# No NZ Citizenship required for Top Job



## anski (Aug 17, 2008)

The requirement for the head of the Treasury to be a New Zealand citizen has been axed, so a British man can apply for the job.

Security chiefs have reviewed the rule, after retiring Treasury Secretary John Whitehead's deputy couldn't immediately step in.

Gabriel Makhlouf came to New Zealand from Britain 15 months ago, he's since been made acting secretary and can now go for the top job.



No citizenship required - Yahoo! New Zealand News


----------



## Darla.R (Mar 27, 2011)

anski said:


> the requirement for the head of the treasury to be a new zealand citizen has been axed


rofl.


----------



## Song_Si (Jun 11, 2010)

Good for him - and I see today he is listed as one of the top 5 best public sector bosses in New Zealand


*Best and worst public sector bosses*

and a related item (full item at link):

*High number of public service CEO jobs vacant*

*An unprecedented number of chief executive positions in the public service are vacant this year, leaving scope for dynamic rising stars to make their mark, the report says.*

Ministries without a permanent chief executive are Customs, Social Development, Education, Justice, and the Government Communications Security Bureau. The Treasury has now made an acting appointment.

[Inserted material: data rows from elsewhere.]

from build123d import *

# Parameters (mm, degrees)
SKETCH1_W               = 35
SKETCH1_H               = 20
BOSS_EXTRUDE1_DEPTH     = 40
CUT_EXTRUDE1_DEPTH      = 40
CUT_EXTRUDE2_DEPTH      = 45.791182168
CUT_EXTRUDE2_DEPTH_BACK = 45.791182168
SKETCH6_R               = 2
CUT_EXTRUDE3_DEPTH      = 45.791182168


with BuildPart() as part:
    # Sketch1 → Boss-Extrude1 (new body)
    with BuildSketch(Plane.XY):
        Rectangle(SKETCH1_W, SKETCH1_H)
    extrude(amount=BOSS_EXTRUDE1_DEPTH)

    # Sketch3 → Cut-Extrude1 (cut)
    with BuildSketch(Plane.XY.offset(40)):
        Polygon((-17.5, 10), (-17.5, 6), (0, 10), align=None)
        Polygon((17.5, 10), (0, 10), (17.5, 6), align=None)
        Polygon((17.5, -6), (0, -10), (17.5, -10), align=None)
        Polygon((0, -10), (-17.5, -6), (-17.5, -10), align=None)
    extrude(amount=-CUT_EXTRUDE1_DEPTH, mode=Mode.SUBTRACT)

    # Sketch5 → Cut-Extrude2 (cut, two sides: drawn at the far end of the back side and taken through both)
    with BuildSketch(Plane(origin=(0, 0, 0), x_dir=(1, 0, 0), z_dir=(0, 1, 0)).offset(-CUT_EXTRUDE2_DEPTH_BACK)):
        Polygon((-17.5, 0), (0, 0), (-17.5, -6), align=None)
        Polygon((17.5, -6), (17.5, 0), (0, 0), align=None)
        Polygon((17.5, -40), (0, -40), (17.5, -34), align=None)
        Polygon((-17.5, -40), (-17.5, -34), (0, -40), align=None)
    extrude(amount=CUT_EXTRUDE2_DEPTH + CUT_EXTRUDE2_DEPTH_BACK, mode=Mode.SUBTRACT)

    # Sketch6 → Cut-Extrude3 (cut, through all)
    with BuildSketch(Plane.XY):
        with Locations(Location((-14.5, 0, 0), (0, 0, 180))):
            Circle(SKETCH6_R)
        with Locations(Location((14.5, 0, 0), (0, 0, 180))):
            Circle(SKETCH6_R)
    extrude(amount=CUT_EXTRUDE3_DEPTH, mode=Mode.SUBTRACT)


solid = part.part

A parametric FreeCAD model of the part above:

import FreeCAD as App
import Part
import Sketcher

V = App.Vector

doc = App.newDocument("Part")
body = doc.addObject("PartDesign::Body", "Body")

# Sketch on XY plane
sketch1 = body.newObject("Sketcher::SketchObject", "Sketch")
sketch1.AttachmentSupport = (doc.getObject("XY_Plane"), [""])
sketch1.MapMode = "FlatFace"
sketch1.addGeometry([
    Part.LineSegment(V(-18, 10, 0), V(-18, -10, 0)),
    Part.LineSegment(V(-18, -10, 0), V(18, -10, 0)),
    Part.LineSegment(V(18, -10, 0), V(18, 10, 0)),
    Part.LineSegment(V(18, 10, 0), V(-18, 10, 0)),
], False)
sketch1.addConstraint([
    Sketcher.Constraint("Coincident", 0, 2, 1, 1),
    Sketcher.Constraint("Coincident", 1, 2, 2, 1),
    Sketcher.Constraint("Coincident", 2, 2, 3, 1),
    Sketcher.Constraint("Coincident", 3, 2, 0, 1),
    Sketcher.Constraint("Vertical", 0),
    Sketcher.Constraint("Horizontal", 1),
    Sketcher.Constraint("Vertical", 2),
    Sketcher.Constraint("Horizontal", 3),
    Sketcher.Constraint("Symmetric", 0, 2, 2, 2, -1, 1),
    Sketcher.Constraint("DistanceX", 1, 1, 1, 2, 35.0),
    Sketcher.Constraint("DistanceY", 0, 2, 0, 1, 20.0),
])
pad1 = body.newObject("PartDesign::Pad", "Pad")
pad1.Profile = sketch1
pad1.Length = 40

# Sketch on XY plane
sketch2 = body.newObject("Sketcher::SketchObject", "Sketch001")
sketch2.AttachmentSupport = (doc.getObject("XY_Plane"), [""])
sketch2.MapMode = "FlatFace"
sketch2.AttachmentOffset = App.Placement(V(0, 0, 40), App.Rotation())
sketch2.addGeometry([
    Part.LineSegment(V(-17.5, 10, 0), V(-17.5, 6, 0)),  # 0
    Part.LineSegment(V(-17.5, 6, 0), V(0, 10, 0)),  # 1
    Part.LineSegment(V(0, 10, 0), V(-17.5, 10, 0)),  # 2
    Part.LineSegment(V(17.5, 10, 0), V(0, 10, 0)),  # 3
    Part.LineSegment(V(0, 10, 0), V(17.5, 6, 0)),  # 4
    Part.LineSegment(V(17.5, 6, 0), V(17.5, 10, 0)),  # 5
    Part.LineSegment(V(17.5, -6, 0), V(0, -10, 0)),  # 6
    Part.LineSegment(V(0, -10, 0), V(17.5, -10, 0)),  # 7
    Part.LineSegment(V(17.5, -10, 0), V(17.5, -6, 0)),  # 8
    Part.LineSegment(V(0, -10, 0), V(-17.5, -6, 0)),  # 9
    Part.LineSegment(V(-17.5, -6, 0), V(-17.5, -10, 0)),  # 10
    Part.LineSegment(V(-17.5, -10, 0), V(0, -10, 0)),  # 11
], False)
sketch2.addConstraint([
    Sketcher.Constraint("Coincident", 0, 2, 1, 1),
    Sketcher.Constraint("Coincident", 1, 2, 2, 1),
    Sketcher.Constraint("Coincident", 2, 2, 0, 1),
    Sketcher.Constraint("Coincident", 3, 2, 4, 1),
    Sketcher.Constraint("Coincident", 4, 2, 5, 1),
    Sketcher.Constraint("Coincident", 5, 2, 3, 1),
    Sketcher.Constraint("Coincident", 6, 2, 7, 1),
    Sketcher.Constraint("Coincident", 7, 2, 8, 1),
    Sketcher.Constraint("Coincident", 8, 2, 6, 1),
    Sketcher.Constraint("Coincident", 9, 2, 10, 1),
    Sketcher.Constraint("Coincident", 10, 2, 11, 1),
    Sketcher.Constraint("Coincident", 11, 2, 9, 1),
    Sketcher.Constraint("Vertical", 0),
    Sketcher.Constraint("Horizontal", 2),
    Sketcher.Constraint("Horizontal", 3),
    Sketcher.Constraint("Vertical", 5),
    Sketcher.Constraint("Horizontal", 7),
    Sketcher.Constraint("Vertical", 8),
    Sketcher.Constraint("Vertical", 10),
    Sketcher.Constraint("Horizontal", 11),
    Sketcher.Constraint("Coincident", 3, 2, 1, 2),
    Sketcher.Constraint("Coincident", 11, 2, 6, 2),
    Sketcher.Constraint("Symmetric", 1, 2, 6, 2, -1, 1),
    Sketcher.Constraint("Symmetric", 0, 2, 8, 2, -1, 1),
    Sketcher.Constraint("Symmetric", 4, 2, 9, 2, -1, 1),
    Sketcher.Constraint("Symmetric", 0, 2, 4, 2, -2),
    Sketcher.Constraint("PointOnObject", 1, 2, -2),
    Sketcher.Constraint("DistanceY", 0, 2, 0, 1, 4.0),
    Sketcher.Constraint("DistanceX", 2, 2, 2, 1, 17.5),
    Sketcher.Constraint("DistanceY", -1, 1, 0, 2, 6.0),
])
pocket1 = body.newObject("PartDesign::Pocket", "Pocket")
pocket1.Profile = sketch2
pocket1.Length = 40

# Sketch on XZ plane
sketch3 = body.newObject("Sketcher::SketchObject", "Sketch002")
sketch3.AttachmentSupport = (doc.getObject("XZ_Plane"), [""])
sketch3.MapMode = "FlatFace"
sketch3.addGeometry([
    Part.LineSegment(V(0, 0, 0), V(-18, 0, 0)),  # 0
    Part.LineSegment(V(-18, 0, 0), V(-18, 6, 0)),  # 1
    Part.LineSegment(V(-18, 6, 0), V(0, 0, 0)),  # 2
    Part.LineSegment(V(18, 6, 0), V(18, 0, 0)),  # 3
    Part.LineSegment(V(18, 0, 0), V(0, 0, 0)),  # 4
    Part.LineSegment(V(0, 0, 0), V(18, 6, 0)),  # 5
    Part.LineSegment(V(0, 40, 0), V(18, 40, 0)),  # 6
    Part.LineSegment(V(18, 40, 0), V(18, 34, 0)),  # 7
    Part.LineSegment(V(18, 34, 0), V(0, 40, 0)),  # 8
    Part.LineSegment(V(-18, 34, 0), V(-18, 40, 0)),  # 9
    Part.LineSegment(V(-18, 40, 0), V(0, 40, 0)),  # 10
    Part.LineSegment(V(0, 40, 0), V(-18, 34, 0)),  # 11
], False)
sketch3.addConstraint([
    Sketcher.Constraint("Coincident", 0, 2, 1, 1),
    Sketcher.Constraint("Coincident", 1, 2, 2, 1),
    Sketcher.Constraint("Coincident", 2, 2, 0, 1),
    Sketcher.Constraint("Coincident", 3, 2, 4, 1),
    Sketcher.Constraint("Coincident", 4, 2, 5, 1),
    Sketcher.Constraint("Coincident", 5, 2, 3, 1),
    Sketcher.Constraint("Coincident", 6, 2, 7, 1),
    Sketcher.Constraint("Coincident", 7, 2, 8, 1),
    Sketcher.Constraint("Coincident", 8, 2, 6, 1),
    Sketcher.Constraint("Coincident", 9, 2, 10, 1),
    Sketcher.Constraint("Coincident", 10, 2, 11, 1),
    Sketcher.Constraint("Coincident", 11, 2, 9, 1),
    Sketcher.Constraint("Horizontal", 0),
    Sketcher.Constraint("Vertical", 1),
    Sketcher.Constraint("Vertical", 3),
    Sketcher.Constraint("Horizontal", 4),
    Sketcher.Constraint("Horizontal", 6),
    Sketcher.Constraint("Vertical", 7),
    Sketcher.Constraint("Vertical", 9),
    Sketcher.Constraint("Horizontal", 10),
    Sketcher.Constraint("Coincident", 2, 2, -1, 1),
    Sketcher.Constraint("Coincident", 4, 2, -1, 1),
    Sketcher.Constraint("Coincident", 10, 2, 8, 2),
    Sketcher.Constraint("Symmetric", 1, 2, 5, 2, -2),
    Sketcher.Constraint("Symmetric", 7, 2, 11, 2, -2),
    Sketcher.Constraint("PointOnObject", 8, 2, -2),
    Sketcher.Constraint("Parallel", 2, 8),
    Sketcher.Constraint("Vertical", 5, 2, 6, 2),
    Sketcher.Constraint("DistanceY", 1, 1, 1, 2, 6.0),
    Sketcher.Constraint("DistanceX", 0, 2, 0, 1, 17.5),
    Sketcher.Constraint("DistanceY", -1, 1, 6, 2, 40.0),
])
pocket2 = body.newObject("PartDesign::Pocket", "Pocket001")
pocket2.Profile = sketch3
pocket2.Type = "ThroughAll"
pocket2.Midplane = True

# Sketch on XY plane
sketch4 = body.newObject("Sketcher::SketchObject", "Sketch003")
sketch4.AttachmentSupport = (doc.getObject("XY_Plane"), [""])
sketch4.MapMode = "FlatFace"
sketch4.addGeometry([
    Part.Circle(V(-14.5, 0, 0), V(0, 0, 1), 2),
    Part.Circle(V(14.5, 0, 0), V(0, 0, 1), 2),
], False)
sketch4.addConstraint([
    Sketcher.Constraint("Equal", 0, 1),
    Sketcher.Constraint("Symmetric", 0, 3, 1, 3, -1, 1),
    Sketcher.Constraint("PointOnObject", 0, 3, -1),
    Sketcher.Constraint("Diameter", 0, 4.0),
    Sketcher.Constraint("DistanceX", 0, 3, 1, 3, 29.0),
])
pocket3 = body.newObject("PartDesign::Pocket", "Pocket002")
pocket3.Profile = sketch4
pocket3.Type = "ThroughAll"
pocket3.Reversed = True

doc.recompute()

Earlier this year, State Services commissioner Iain Rennie said a deeper pool of talented leaders was needed for a new era of public service.

Mr Rennie said getting someone from overseas, Kiwi or otherwise, was the best hope to fill at least some of the chief executive vacancies.


----------



## Darla.R (Mar 27, 2011)

So many vacancies, let's hope that lifting the citizenship requirement will do the trick.


----------